Auto-detection: A software tool uses artificial intelligence to identify presynaptic sites in images of neurons.

Microscopy mash-up quantifies, maps neural circuits

A new method that merges tissue expansion, light-sheet microscopy and automated image segmentation can reconstruct neural circuits in about a week.

By melding two microscopy methods and a computational tool, researchers can quickly and precisely quantify neuronal connections in individual animals, according to a new study. The technique could make it faster to map the connectomes of autism mouse models and track how mutations in autism-associated genes rewire neural circuits.

A human neuron has thousands of synaptic connections, which light-based microscopy lacks the resolution to detect. Electron microscopy can resolve neuronal links in exquisite detail — theoretically down to 0.12 nanometers, a length slightly shorter than a carbon-carbon chemical bond — but the process is slow and laborious. In one study, it took about three years to section and image a single fly brain with a scanning electron microscope.

The new approach leans on tissue-expansion methods to achieve a similar resolution but at the speed of light-based microscopy. The team first labels specific proteins in a chunk of brain — such as those at presynaptic sites or gap junctions, which mediate electrical signals between cells. They then swell the tissue to eight times its normal volume and take a series of 2D pictures using lattice light-sheet microscopy, which illuminates an entire plane of tissue at once.

Finally, they stitch the images together into a 3D video. A freely available machine-learning software tool can then automatically locate and quantify the number and size of neuronal connections and export these data to a table for later analyses. The entire protocol takes about one week and is well suited for use with mice, fruit flies, nematodes and other organisms, says study investigator Joshua Lillvis, research scientist at the Howard Hughes Medical Institute’s Janelia Research Campus in Ashburn, Virginia.

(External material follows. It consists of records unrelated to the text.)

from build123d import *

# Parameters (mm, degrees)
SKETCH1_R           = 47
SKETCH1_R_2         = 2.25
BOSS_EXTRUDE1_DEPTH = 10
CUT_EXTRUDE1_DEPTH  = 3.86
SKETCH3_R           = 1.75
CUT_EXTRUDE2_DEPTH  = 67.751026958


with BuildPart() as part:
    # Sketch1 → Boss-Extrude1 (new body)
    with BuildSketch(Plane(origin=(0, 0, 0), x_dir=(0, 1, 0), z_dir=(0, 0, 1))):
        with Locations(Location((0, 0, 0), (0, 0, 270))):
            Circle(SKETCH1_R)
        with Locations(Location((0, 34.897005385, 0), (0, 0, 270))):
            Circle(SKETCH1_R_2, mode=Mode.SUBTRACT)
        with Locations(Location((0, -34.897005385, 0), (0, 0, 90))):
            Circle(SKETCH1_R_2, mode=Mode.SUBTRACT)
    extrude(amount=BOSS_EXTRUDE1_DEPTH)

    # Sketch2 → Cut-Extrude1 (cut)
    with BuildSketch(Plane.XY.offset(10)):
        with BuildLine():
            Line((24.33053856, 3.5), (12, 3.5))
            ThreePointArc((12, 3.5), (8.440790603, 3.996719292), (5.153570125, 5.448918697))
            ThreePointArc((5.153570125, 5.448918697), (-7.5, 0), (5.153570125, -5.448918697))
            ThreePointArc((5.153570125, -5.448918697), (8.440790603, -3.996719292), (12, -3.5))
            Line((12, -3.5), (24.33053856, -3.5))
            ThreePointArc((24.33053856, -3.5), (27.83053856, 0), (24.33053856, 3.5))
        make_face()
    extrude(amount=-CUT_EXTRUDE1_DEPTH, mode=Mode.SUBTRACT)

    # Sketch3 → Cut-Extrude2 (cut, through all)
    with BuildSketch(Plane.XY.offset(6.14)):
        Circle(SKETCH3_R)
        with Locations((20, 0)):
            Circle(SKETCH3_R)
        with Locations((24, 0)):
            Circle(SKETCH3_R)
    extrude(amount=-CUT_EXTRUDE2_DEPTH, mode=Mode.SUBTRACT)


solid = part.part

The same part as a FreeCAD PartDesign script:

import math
import FreeCAD as App
import Part
import Sketcher

V = App.Vector
Q = App.Units.Quantity

doc = App.newDocument("Part")
body = doc.addObject("PartDesign::Body", "Body")

# Sketch on XY plane
sketch1 = body.newObject("Sketcher::SketchObject", "Sketch")
sketch1.AttachmentSupport = (doc.getObject("XY_Plane"), [""])
sketch1.MapMode = "FlatFace"
sketch1.addGeometry(Part.Circle(V(0, 0, 0), V(0, 0, 1), 47), False)
sketch1.addGeometry(Part.Circle(V(-34.897005, 0, 0), V(0, 0, 1), 2.25), False)
sketch1.addGeometry(Part.Circle(V(34.897005, 0, 0), V(0, 0, 1), 2.25), False)
sketch1.addConstraint(Sketcher.Constraint("Coincident", 0, 3, -1, 1))
sketch1.addConstraint(Sketcher.Constraint("Equal", 1, 2))
sketch1.addConstraint(Sketcher.Constraint("Symmetric", 1, 3, 2, 3, -1, 1))
sketch1.addConstraint(Sketcher.Constraint("PointOnObject", 1, 3, -1))
sketch1.addConstraint(Sketcher.Constraint("Diameter", 0, Q("94 mm")))
sketch1.addConstraint(Sketcher.Constraint("Diameter", 1, Q("4.5 mm")))
sketch1.addConstraint(Sketcher.Constraint("DistanceX", 1, 3, 2, 3, Q("69.794011 mm")))
pad1 = body.newObject("PartDesign::Pad", "Pad")
pad1.Profile = sketch1
pad1.Length = 10

# Sketch on XY plane
sketch2 = body.newObject("Sketcher::SketchObject", "Sketch001")
sketch2.AttachmentSupport = (doc.getObject("XY_Plane"), [""])
sketch2.MapMode = "FlatFace"
sketch2.AttachmentOffset = App.Placement(V(0, 0, 10), App.Rotation())
sketch2.addGeometry(Part.LineSegment(V(24.330539, 3.5, 0), V(12, 3.5, 0)), False)
sketch2.addGeometry(Part.ArcOfCircle(Part.Circle(V(12, 16.5, 0), V(0, 0, 1), 13), math.radians(-121.779283), math.radians(-90)), False)
sketch2.addGeometry(Part.ArcOfCircle(Part.Circle(V(0, 0, 0), V(0, 0, 1), 7.5), math.radians(46.595649), math.radians(313.404351)), False)
sketch2.addGeometry(Part.ArcOfCircle(Part.Circle(V(12, -16.5, 0), V(0, 0, 1), 13), math.radians(90), math.radians(121.779283)), False)
sketch2.addGeometry(Part.LineSegment(V(12, -3.5, 0), V(24.330539, -3.5, 0)), False)
sketch2.addGeometry(Part.ArcOfCircle(Part.Circle(V(24.330539, 0, 0), V(0, 0, 1), 3.5), math.radians(-90), math.radians(90)), False)
sketch2.addConstraint(Sketcher.Constraint("Tangent", 0, 2, 1, 2))
sketch2.addConstraint(Sketcher.Constraint("Coincident", 1, 1, 2, 1))
sketch2.addConstraint(Sketcher.Constraint("Coincident", 2, 2, 3, 2))
sketch2.addConstraint(Sketcher.Constraint("Tangent", 3, 1, 4, 1))
sketch2.addConstraint(Sketcher.Constraint("Tangent", 4, 2, 5, 1))
sketch2.addConstraint(Sketcher.Constraint("Tangent", 5, 2, 0, 1))
sketch2.addConstraint(Sketcher.Constraint("Horizontal", 0))
sketch2.addConstraint(Sketcher.Constraint("Horizontal", 4))
sketch2.addConstraint(Sketcher.Constraint("Coincident", 2, 3, -1, 1))
sketch2.addConstraint(Sketcher.Constraint("Equal", 1, 3))
sketch2.addConstraint(Sketcher.Constraint("Symmetric", 1, 3, 3, 3, -1))
sketch2.addConstraint(Sketcher.Constraint("Radius", 1, Q("13 mm")))
sketch2.addConstraint(Sketcher.Constraint("Radius", 2, Q("7.5 mm")))
sketch2.addConstraint(Sketcher.Constraint("Radius", 5, Q("3.5 mm")))
sketch2.addConstraint(Sketcher.Constraint("DistanceX", -1, 1, 1, 3, Q("12 mm")))
sketch2.addConstraint(Sketcher.Constraint("DistanceX", 0, 2, 0, 1, Q("12.330539 mm")))
pocket1 = body.newObject("PartDesign::Pocket", "Pocket")
pocket1.Profile = sketch2
pocket1.Length = 3.86

# Sketch on XY plane
sketch3 = body.newObject("Sketcher::SketchObject", "Sketch002")
sketch3.AttachmentSupport = (doc.getObject("XY_Plane"), [""])
sketch3.MapMode = "FlatFace"
sketch3.AttachmentOffset = App.Placement(V(0, 0, 6.14), App.Rotation())
sketch3.addGeometry(Part.Circle(V(0, 0, 0), V(0, 0, 1), 1.75), False)
sketch3.addGeometry(Part.Circle(V(20, 0, 0), V(0, 0, 1), 1.75), False)
sketch3.addGeometry(Part.Circle(V(24, 0, 0), V(0, 0, 1), 1.75), False)
sketch3.addConstraint(Sketcher.Constraint("Coincident", 0, 3, -1, 1))
sketch3.addConstraint(Sketcher.Constraint("Equal", 0, 1))
sketch3.addConstraint(Sketcher.Constraint("Equal", 1, 2))
sketch3.addConstraint(Sketcher.Constraint("PointOnObject", 1, 3, -1))
sketch3.addConstraint(Sketcher.Constraint("PointOnObject", 2, 3, -1))
sketch3.addConstraint(Sketcher.Constraint("Diameter", 0, Q("3.5 mm")))
sketch3.addConstraint(Sketcher.Constraint("DistanceX", -1, 1, 1, 3, Q("20 mm")))
sketch3.addConstraint(Sketcher.Constraint("DistanceX", -1, 1, 2, 3, Q("24 mm")))
pocket2 = body.newObject("PartDesign::Pocket", "Pocket001")
pocket2.Profile = sketch3
pocket2.Type = "ThroughAll"

doc.recompute()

“We can do actual quantification of synapses at a structural level, and we can see if they change based on experience or neural dysfunction across species,” Lillvis says. “There’s a lot of opportunity here, and we’re excited to see what people do with it.”


nother team was the first to combine tissue expansion and light-sheet microscopy to image Drosophila and mouse brains, in 2019. But that tool suffered from two problems: validation — its results were never benchmarked against a gold-standard technique such as electron microscopy — and data overload. High-resolution microscopy images can easily fill up more than 10 terabytes of a hard drive.

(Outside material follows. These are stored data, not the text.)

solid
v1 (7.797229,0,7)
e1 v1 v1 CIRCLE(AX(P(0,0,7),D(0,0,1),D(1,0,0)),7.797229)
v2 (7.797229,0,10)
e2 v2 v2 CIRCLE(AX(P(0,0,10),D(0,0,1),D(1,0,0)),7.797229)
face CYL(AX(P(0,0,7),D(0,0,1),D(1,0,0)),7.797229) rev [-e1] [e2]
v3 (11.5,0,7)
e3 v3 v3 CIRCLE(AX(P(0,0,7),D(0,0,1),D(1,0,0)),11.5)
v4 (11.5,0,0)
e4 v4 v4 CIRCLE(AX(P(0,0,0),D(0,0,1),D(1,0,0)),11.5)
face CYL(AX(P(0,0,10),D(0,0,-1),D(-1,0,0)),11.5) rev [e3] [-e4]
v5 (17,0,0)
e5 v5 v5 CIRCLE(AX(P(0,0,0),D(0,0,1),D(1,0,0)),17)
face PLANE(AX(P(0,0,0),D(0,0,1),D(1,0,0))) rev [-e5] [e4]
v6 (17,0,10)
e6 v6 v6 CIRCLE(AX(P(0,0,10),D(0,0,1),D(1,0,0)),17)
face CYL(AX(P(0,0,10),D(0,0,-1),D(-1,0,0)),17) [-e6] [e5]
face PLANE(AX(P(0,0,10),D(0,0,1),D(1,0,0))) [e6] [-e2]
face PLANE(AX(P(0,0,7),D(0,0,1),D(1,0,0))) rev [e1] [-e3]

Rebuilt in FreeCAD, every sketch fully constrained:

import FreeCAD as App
import Part
import Sketcher
from FreeCAD import Vector

doc = App.newDocument("Part")
body = doc.addObject("PartDesign::Body", "Body")

# Sketch on XY plane
sketch1 = body.newObject("Sketcher::SketchObject", "Sketch")
sketch1.AttachmentSupport = (doc.getObject("XY_Plane"), [""])
sketch1.MapMode = "FlatFace"
sketch1.addGeometry([
    Part.Circle(Vector(0, 0, 0), Vector(0, 0, 1), 17),
    Part.Circle(Vector(0, 0, 0), Vector(0, 0, 1), 12),
], False)
sketch1.addConstraint([
    Sketcher.Constraint("Coincident", 0, 3, -1, 1),
    Sketcher.Constraint("Coincident", 1, 3, -1, 1),
    Sketcher.Constraint("Diameter", 0, 34.0),
    Sketcher.Constraint("Diameter", 1, 23.0),
])
pad1 = body.newObject("PartDesign::Pad", "Pad")
pad1.Profile = sketch1
pad1.Length = 10

# Sketch on XY plane
sketch2 = body.newObject("Sketcher::SketchObject", "Sketch001")
sketch2.AttachmentSupport = (doc.getObject("XY_Plane"), [""])
sketch2.MapMode = "FlatFace"
sketch2.AttachmentOffset = App.Placement(Vector(0, 0, 7), App.Rotation())
sketch2.addGeometry([
    Part.Circle(Vector(0, 0, 0), Vector(0, 0, 1), 12),
    Part.Circle(Vector(0, 0, 0), Vector(0, 0, 1), 8),
], False)
sketch2.addConstraint([
    Sketcher.Constraint("Coincident", 0, 3, -1, 1),
    Sketcher.Constraint("Coincident", 1, 3, -1, 1),
    Sketcher.Constraint("Diameter", 0, 23.0),
    Sketcher.Constraint("Diameter", 1, 15.594458),
])
pad2 = body.newObject("PartDesign::Pad", "Pad001")
pad2.Profile = sketch2
pad2.Length = 3

doc.recompute()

The new study, which was published in eLife in October, addresses both issues. To confirm that light-sheet microscopy and tissue expansion produce similar results to electron microscopy, Lillvis and his colleagues extracted the optic lobe from fruit flies and used an antibody to label a scaffolding protein called Bruchpilot at presynaptic sites. Electron microscopy images indicated that each neuron had, on average, 207 presynaptic sites, comparable to that recorded using the light-sheet method.

Solving the file-size issue demanded a different tact. Lillvis’ team modified a free software tool called VVD Viewer to support large image files and stitch them together into 3D space. They also developed a convolutional neural network, trained on images of different synapses, to automatically detect synapses and segment individual neurons in the images.

“The major contribution here is in the computational pipeline and analysis,” says Limor Freifeld, assistant professor of biomedical engineering at the Technion – Israel Institute of Technology in Haifa, who was not involved in the work. “Also, the fact that they take these large datasets and, in an automatic manner, reliably segment the neurons and synapses and quantify the data — that’s significant.”


he new method can be used to survey how genetic or environmental factors alter neuronal connections in individual organisms, Lillvis says.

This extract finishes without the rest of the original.